The internet (it works best in Chrome or Mozilla Firefox).

How does it work?

Co$ting Nature incorporates detailed global datasets, spatial models for biophysical and socioeconomic processes and scenarios for climate and land-use. It calculates a baseline for current ecosystem service provision (2015). It also allows interventions (policy options) or scenarios of change to be applied to understand their impact on ecosystem service delivery. By combining more than 140 input maps, the tool calculates the spatial distribution of 18 ecosystem services and combines these with maps of conservation priority, threatened biodiversity and endemism to understand the spatial distribution of critical ecosystems and to determine conservation priorities. Outputs are a series of summary maps expressed in relative terms (0 – 1) which combine the outputs from the different modules (ecosystem service bundles).

Detailed Information

Key data sources:
  • Co$ting Nature Website

  • Co$ting Nature User Guide

Terrestrial, freshwater or marine focus?
  • Terrestrial
  • Freshwater
  • Marine Focus
User Time Requirements:

4 working days.

Developer Organisation

Kings College London (models), AmbioTEK (software) and United Nations Environment Programme – World Conservation Monitoring Centre (UNEP-WCMC) (applications).

Other Information
  • Available in English and Spanish

  • Co$ting Nature can be used to compare overall service generation with biodiversity and conservation priorities and can be rapidly applied in terrestrial environments globally (Bagstad et al., 2013).
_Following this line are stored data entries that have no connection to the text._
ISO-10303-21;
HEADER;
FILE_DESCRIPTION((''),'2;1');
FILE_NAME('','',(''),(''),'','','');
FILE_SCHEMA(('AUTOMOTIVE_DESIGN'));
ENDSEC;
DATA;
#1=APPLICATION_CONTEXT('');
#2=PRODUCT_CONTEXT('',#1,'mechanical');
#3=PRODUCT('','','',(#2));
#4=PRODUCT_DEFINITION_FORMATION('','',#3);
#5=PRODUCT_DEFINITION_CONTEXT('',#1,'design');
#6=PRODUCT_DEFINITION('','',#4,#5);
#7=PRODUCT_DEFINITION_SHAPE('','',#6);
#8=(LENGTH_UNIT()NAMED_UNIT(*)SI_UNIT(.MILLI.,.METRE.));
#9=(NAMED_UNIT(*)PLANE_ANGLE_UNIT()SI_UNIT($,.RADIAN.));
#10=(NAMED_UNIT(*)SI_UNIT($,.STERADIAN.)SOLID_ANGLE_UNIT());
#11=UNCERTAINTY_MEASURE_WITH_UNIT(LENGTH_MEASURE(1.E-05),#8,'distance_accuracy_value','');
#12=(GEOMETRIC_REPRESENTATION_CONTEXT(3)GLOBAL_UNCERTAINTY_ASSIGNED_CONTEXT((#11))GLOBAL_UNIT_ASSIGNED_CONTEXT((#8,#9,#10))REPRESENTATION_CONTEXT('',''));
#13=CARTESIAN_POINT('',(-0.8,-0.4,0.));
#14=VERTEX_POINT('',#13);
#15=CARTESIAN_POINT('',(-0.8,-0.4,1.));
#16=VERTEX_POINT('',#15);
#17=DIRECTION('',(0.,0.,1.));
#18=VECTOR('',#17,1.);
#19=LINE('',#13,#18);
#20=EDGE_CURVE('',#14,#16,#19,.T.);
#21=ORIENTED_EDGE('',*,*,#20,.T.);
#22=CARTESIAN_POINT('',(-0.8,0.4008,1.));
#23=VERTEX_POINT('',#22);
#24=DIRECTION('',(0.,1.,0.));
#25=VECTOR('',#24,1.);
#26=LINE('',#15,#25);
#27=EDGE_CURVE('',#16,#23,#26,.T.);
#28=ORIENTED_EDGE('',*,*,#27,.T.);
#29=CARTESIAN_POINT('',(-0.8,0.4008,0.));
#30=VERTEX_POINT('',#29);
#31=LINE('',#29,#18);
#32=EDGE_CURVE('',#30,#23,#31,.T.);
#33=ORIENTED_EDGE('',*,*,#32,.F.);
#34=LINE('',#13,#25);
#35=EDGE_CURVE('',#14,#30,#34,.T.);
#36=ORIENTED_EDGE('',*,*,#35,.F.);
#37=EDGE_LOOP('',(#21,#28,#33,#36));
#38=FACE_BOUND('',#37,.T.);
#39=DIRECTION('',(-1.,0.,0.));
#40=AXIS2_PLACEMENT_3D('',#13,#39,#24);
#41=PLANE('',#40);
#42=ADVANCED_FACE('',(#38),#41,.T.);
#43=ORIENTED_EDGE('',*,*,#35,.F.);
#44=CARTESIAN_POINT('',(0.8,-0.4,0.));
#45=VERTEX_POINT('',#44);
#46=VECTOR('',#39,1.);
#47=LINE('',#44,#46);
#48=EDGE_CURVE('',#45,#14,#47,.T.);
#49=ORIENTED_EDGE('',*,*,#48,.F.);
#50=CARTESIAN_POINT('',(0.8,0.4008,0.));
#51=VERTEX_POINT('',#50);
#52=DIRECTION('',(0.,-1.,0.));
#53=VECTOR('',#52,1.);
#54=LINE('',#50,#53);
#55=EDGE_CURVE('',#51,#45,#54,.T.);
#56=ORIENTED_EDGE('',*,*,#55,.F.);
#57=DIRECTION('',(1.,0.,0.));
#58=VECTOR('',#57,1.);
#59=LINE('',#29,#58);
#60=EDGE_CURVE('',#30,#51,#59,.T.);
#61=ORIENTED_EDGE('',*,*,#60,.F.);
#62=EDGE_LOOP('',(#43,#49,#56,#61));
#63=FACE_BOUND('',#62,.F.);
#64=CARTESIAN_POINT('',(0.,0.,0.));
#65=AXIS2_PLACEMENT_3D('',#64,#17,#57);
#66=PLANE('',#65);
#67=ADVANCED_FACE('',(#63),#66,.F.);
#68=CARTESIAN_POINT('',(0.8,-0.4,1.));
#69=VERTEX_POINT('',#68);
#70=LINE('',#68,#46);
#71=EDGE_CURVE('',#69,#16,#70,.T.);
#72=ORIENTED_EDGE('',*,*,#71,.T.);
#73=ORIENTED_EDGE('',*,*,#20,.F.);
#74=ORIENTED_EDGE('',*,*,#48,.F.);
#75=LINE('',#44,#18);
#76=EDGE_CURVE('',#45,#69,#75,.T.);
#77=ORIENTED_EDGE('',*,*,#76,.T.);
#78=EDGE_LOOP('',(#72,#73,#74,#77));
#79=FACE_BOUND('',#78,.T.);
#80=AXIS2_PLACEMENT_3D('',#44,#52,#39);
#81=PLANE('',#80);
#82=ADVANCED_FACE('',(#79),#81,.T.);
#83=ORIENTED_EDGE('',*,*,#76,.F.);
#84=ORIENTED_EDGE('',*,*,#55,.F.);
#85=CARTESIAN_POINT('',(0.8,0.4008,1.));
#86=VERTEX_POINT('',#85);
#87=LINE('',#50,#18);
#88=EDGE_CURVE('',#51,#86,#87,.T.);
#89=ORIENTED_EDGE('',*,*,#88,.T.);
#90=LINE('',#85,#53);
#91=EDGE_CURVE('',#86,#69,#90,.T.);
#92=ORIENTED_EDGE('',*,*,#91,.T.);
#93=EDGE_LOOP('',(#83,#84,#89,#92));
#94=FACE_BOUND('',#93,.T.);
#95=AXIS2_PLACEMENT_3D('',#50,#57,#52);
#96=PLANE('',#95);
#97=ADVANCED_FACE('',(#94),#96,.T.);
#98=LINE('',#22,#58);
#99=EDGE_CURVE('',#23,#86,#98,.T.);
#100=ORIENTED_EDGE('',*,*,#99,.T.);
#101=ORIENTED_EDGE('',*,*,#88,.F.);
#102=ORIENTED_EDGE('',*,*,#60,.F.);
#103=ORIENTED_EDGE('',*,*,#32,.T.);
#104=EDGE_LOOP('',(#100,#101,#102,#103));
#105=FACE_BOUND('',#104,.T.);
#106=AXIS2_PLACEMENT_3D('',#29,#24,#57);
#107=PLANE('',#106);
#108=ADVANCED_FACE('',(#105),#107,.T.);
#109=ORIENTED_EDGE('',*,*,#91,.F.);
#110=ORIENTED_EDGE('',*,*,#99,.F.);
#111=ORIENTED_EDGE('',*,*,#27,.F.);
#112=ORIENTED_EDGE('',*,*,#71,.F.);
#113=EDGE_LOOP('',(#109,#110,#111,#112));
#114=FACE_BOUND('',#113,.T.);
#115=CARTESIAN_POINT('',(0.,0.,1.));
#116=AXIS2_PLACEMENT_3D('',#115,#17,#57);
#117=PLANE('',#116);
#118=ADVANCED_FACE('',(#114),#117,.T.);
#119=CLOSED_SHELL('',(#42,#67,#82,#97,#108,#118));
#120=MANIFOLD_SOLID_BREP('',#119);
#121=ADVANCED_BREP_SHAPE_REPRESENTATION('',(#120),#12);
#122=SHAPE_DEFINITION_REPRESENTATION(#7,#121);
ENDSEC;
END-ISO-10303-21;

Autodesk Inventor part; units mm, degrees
ref_plane "YZ Plane" through (0, 0, 0) normal (1, 0, 0) x (0, 1, 0)
ref_plane "XZ Plane" through (0, 0, 0) normal (0, 1, 0) x (-1, 0, 0)
ref_plane "XY Plane" through (0, 0, 0) normal (0, 0, 1) x (1, 0, 0)
sketch "C0603K, 4_7UF_33" plane through (0, 0, 0) normal (0, 0, 1) x (1, 0, 0)
  line L0 (-0.8, 0.4008) -> (0.8, 0.4008)
  line L1 (0.8, 0.4008) -> (0.8, -0.4)
  line L2 (0.8, -0.4) -> (-0.8, -0.4)
  line L3 (-0.8, -0.4) -> (-0.8, 0.4008)
extrude "Extrusion1" add sketch "C0603K, 4_7UF_33" along normal blind 1
properties part number "4_7UF"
  • It can act as a low-cost, spatially-explicit screening tool to identify potential ecosystem service hotspots (Bagstad et al., 2013).

  • Version 1 is also available for use (faster but less sophisticated – does not include land-use or climate scenarios).

  • Farpón (no date) conducted a comparative study of Co$ting Nature and InVEST models in the Manu National Park (Madre de Dios, Peru). The aim was to determine what benefits protected areas provide in terms of biodiversity, carbon and water quality in two conservation corridors. Baseline scenarios for deforestation, land management change and land-use change revealed different results for each area (results not reported). Methodologically, Farpón identified that the level of difficulty, time and data requirements for both tools depends on the models that are used.  Both tools produce outputs that can be analysed in GIS format.

  • ARIES Explorer (k.Explorer) [86] will provide an easy to use interface. A user will click an area and search their storyline or question in the knowledge dictionary e.g. ‘Carbon’. Using a drag and drop approach, the platform will run the model (according to global models or user-specific models uploaded) and provide an output for the study area.